Ha! No doubt... even when I sling it up on my shoulder, I'm careful, cuz those dawgs will stick right in...


----------



## FLASHMAN (Jul 10, 2008)

WOODBUTCHER said:
			
		

> We just chow grapple loads now......with your saw it sounds like the Texas Chainsaw Massacre.
> We clog the bandwidth on the splitter we are cutting so fast.
> 
> WoodButcher



It's a beautiful thing...


----------



## Outdoorsman (Jul 11, 2008)

Beast of a saw is for sure!

You must cut some really big trees to need that.

Oaks? 

I hope you've a smaller saw to go with that, unless you're that green colored guy....hulk or valley of the jolly type.


----------



## woodconvert (Jul 11, 2008)

Very NIIIIICE. I cut with an 046 and love it....that's gotta be heaven.


----------



## WOODBUTCHER (Jul 11, 2008)

Outdoorsman said:
			
		

> Beast of a saw is for sure!
> 
> You must cut some really big trees to need that.
> 
> ...



Every once and a while I'll set down my 5100s and look over the pile and sure enough....Flashman's turned green and is throwing big chunks of hickory over his shoulder.


WoodButcher


----------



## FLASHMAN (Jul 11, 2008)

Outdoorsman said:
			
		

> Beast of a saw is for sure!
> 
> You must cut some really big trees to need that.
> 
> ...



We get some pretty big trunks, but my reason for buying such a big saw was more for time. I can cut through 18" Hickory in 7-8 seconds, something that takes 30+ with my Poulan (the smaller saw which is now simply a limbing saw  ) 
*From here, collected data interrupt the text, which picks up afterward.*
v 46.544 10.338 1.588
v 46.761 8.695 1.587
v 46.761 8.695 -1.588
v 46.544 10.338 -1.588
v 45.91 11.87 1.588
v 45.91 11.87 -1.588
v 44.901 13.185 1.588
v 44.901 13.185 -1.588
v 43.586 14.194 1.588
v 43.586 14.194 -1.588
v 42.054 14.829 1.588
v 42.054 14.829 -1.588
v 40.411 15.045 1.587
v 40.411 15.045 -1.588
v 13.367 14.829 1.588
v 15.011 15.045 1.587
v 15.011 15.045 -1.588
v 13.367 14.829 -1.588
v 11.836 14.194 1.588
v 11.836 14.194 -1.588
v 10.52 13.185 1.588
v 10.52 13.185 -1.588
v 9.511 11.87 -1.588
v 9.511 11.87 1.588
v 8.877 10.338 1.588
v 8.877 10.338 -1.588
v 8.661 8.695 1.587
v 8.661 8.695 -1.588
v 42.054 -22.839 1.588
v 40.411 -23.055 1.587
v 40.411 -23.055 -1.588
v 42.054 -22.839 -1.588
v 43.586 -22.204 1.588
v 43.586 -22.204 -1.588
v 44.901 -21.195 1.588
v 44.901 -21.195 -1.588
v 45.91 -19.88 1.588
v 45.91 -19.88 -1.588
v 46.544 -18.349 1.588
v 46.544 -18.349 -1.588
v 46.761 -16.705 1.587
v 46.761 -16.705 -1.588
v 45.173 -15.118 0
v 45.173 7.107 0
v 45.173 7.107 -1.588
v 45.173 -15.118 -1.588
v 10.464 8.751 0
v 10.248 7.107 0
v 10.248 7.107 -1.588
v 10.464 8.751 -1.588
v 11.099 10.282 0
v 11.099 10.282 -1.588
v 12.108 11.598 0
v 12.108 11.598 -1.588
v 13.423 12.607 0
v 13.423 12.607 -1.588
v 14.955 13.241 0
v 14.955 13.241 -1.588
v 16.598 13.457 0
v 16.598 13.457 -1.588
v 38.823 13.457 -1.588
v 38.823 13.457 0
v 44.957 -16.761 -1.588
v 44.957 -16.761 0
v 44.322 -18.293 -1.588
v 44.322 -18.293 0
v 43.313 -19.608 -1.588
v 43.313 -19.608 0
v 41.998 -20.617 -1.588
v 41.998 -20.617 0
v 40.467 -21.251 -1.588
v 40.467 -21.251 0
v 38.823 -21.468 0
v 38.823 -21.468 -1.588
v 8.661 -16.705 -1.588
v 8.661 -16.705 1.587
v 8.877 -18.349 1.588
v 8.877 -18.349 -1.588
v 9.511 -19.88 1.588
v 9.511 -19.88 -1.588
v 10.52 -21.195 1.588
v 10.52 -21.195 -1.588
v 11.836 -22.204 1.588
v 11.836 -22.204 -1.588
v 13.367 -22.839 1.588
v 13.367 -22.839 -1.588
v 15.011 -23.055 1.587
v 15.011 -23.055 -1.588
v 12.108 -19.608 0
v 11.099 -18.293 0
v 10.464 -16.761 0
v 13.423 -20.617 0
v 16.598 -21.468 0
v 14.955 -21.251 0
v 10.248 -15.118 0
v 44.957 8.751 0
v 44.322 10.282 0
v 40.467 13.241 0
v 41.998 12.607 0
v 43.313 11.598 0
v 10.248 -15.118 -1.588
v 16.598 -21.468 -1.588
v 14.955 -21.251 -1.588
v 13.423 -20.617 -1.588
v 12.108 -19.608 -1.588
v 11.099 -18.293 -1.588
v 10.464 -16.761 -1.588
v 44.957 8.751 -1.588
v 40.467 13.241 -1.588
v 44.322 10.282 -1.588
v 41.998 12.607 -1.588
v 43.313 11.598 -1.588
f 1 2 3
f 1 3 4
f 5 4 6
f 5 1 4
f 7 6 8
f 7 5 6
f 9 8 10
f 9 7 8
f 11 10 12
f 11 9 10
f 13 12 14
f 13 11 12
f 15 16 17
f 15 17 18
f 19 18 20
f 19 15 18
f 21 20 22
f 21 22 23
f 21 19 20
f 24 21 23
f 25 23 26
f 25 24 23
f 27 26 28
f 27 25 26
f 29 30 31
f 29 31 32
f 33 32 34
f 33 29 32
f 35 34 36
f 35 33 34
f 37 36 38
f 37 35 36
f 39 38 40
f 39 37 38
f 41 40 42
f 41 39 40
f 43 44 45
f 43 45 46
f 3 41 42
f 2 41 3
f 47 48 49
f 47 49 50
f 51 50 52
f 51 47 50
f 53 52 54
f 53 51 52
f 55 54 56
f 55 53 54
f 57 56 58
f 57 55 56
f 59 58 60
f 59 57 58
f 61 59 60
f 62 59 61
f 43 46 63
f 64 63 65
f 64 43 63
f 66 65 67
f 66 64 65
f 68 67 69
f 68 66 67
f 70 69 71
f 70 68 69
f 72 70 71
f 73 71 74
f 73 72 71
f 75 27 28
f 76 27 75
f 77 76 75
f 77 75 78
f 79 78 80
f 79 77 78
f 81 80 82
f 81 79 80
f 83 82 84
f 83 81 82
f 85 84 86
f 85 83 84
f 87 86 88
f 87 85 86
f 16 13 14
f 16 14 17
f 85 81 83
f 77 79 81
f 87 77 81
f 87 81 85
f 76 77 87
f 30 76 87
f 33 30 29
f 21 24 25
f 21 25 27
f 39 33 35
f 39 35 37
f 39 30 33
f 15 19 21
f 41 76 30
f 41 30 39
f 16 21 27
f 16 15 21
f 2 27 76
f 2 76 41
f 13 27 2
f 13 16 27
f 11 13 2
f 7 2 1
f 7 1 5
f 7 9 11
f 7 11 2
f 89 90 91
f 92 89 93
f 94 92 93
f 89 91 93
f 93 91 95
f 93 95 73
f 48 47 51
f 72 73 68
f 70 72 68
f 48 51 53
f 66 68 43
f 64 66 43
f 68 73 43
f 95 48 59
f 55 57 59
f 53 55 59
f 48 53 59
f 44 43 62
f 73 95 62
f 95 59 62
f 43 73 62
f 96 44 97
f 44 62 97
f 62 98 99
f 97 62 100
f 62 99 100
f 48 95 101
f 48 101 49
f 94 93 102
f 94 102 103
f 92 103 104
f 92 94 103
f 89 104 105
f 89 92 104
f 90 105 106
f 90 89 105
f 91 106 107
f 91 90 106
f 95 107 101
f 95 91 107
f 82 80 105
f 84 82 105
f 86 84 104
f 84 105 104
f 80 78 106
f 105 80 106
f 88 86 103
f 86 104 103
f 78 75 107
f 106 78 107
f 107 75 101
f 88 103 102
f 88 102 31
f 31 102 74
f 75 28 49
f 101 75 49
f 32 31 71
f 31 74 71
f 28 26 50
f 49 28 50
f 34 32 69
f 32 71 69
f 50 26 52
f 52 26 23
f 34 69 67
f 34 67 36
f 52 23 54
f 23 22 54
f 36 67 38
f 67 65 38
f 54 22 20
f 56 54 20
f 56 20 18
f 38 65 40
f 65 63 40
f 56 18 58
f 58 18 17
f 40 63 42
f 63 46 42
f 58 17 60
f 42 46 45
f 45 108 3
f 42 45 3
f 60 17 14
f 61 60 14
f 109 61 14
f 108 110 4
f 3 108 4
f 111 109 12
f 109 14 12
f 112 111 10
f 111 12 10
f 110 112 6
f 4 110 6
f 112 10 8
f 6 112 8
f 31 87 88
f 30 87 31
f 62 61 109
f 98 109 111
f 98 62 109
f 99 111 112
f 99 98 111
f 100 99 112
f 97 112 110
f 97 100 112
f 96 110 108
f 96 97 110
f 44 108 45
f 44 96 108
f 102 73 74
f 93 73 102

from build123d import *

# Parameters (mm, degrees)
F1_DEPTH = 1.5875
F3_DEPTH = 3.175


with BuildPart() as f1:
    # F0 (on Top) → F1 (new body)
    with BuildSketch(Plane.XY):
        with BuildLine():
            Line((40.410568, 15.044903), (15.010568, 15.044903))
            ThreePointArc((15.010568, 15.044903), (10.52044, 13.185031), (8.660568, 8.694903))
            Line((8.660568, 8.694903), (8.660568, -16.705097))
            ThreePointArc((8.660568, -16.705097), (10.52044, -21.195225), (15.010568, -23.055097))
            Line((15.010568, -23.055097), (40.410568, -23.055097))
            ThreePointArc((40.410568, -23.055097), (44.900696, -21.195225), (46.760568, -16.705097))
            Line((46.760568, -16.705097), (46.760568, 8.694903))
            ThreePointArc((46.760568, 8.694903), (44.900696, 13.185031), (40.410568, 15.044903))
        make_face()
    extrude(amount=F1_DEPTH)

    # F2 (on face) → F3 (join)
    with BuildSketch(Plane.XY.offset(1.5875)):
        with BuildLine():
            ThreePointArc((46.760568, 8.694903), (44.900696, 13.185031), (40.410568, 15.044903))
            Line((40.410568, 15.044903), (15.010568, 15.044903))
            ThreePointArc((15.010568, 15.044903), (10.52044, 13.185031), (8.660568, 8.694903))
            Line((8.660568, 8.694903), (8.660568, -16.705097))
            ThreePointArc((8.660568, -16.705097), (10.52044, -21.195225), (15.010568, -23.055097))
            Line((15.010568, -23.055097), (40.410568, -23.055097))
            ThreePointArc((40.410568, -23.055097), (44.900696, -21.195225), (46.760568, -16.705097))
            Line((46.760568, -16.705097), (46.760568, 8.694903))
        make_face()
        with BuildLine():
            ThreePointArc((10.248068, 7.107403), (12.10794, 11.597531), (16.598068, 13.457403))
            Line((16.598068, 13.457403), (38.823068, 13.457403))
            ThreePointArc((38.823068, 13.457403), (43.313196, 11.597531), (45.173068, 7.107403))
            Line((45.173068, 7.107403), (45.173068, -15.117597))
            ThreePointArc((45.173068, -15.117597), (43.313196, -19.607725), (38.823068, -21.467597))
            Line((38.823068, -21.467597), (16.598068, -21.467597))
            ThreePointArc((16.598068, -21.467597), (12.10794, -19.607725), (10.248068, -15.117597))
            Line((10.248068, -15.117597), (10.248068, 7.107403))
        make_face(mode=Mode.SUBTRACT)
    extrude(amount=-F3_DEPTH)


solid = f1.part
We usually get red and white oak, hickory, and small amounts of grey birch (perfect kindling) in our loads. 

I'm not the hulk or anything, and the saw is certianly noticably heavier than my poulan, but it hasn't been counter productively heavy thus far... saves a LOT of time...


----------



## FLASHMAN (Jul 11, 2008)

woodconvert said:
			
		

> Very NIIIIICE. I cut with an 046 and love it....that's gotta be heaven.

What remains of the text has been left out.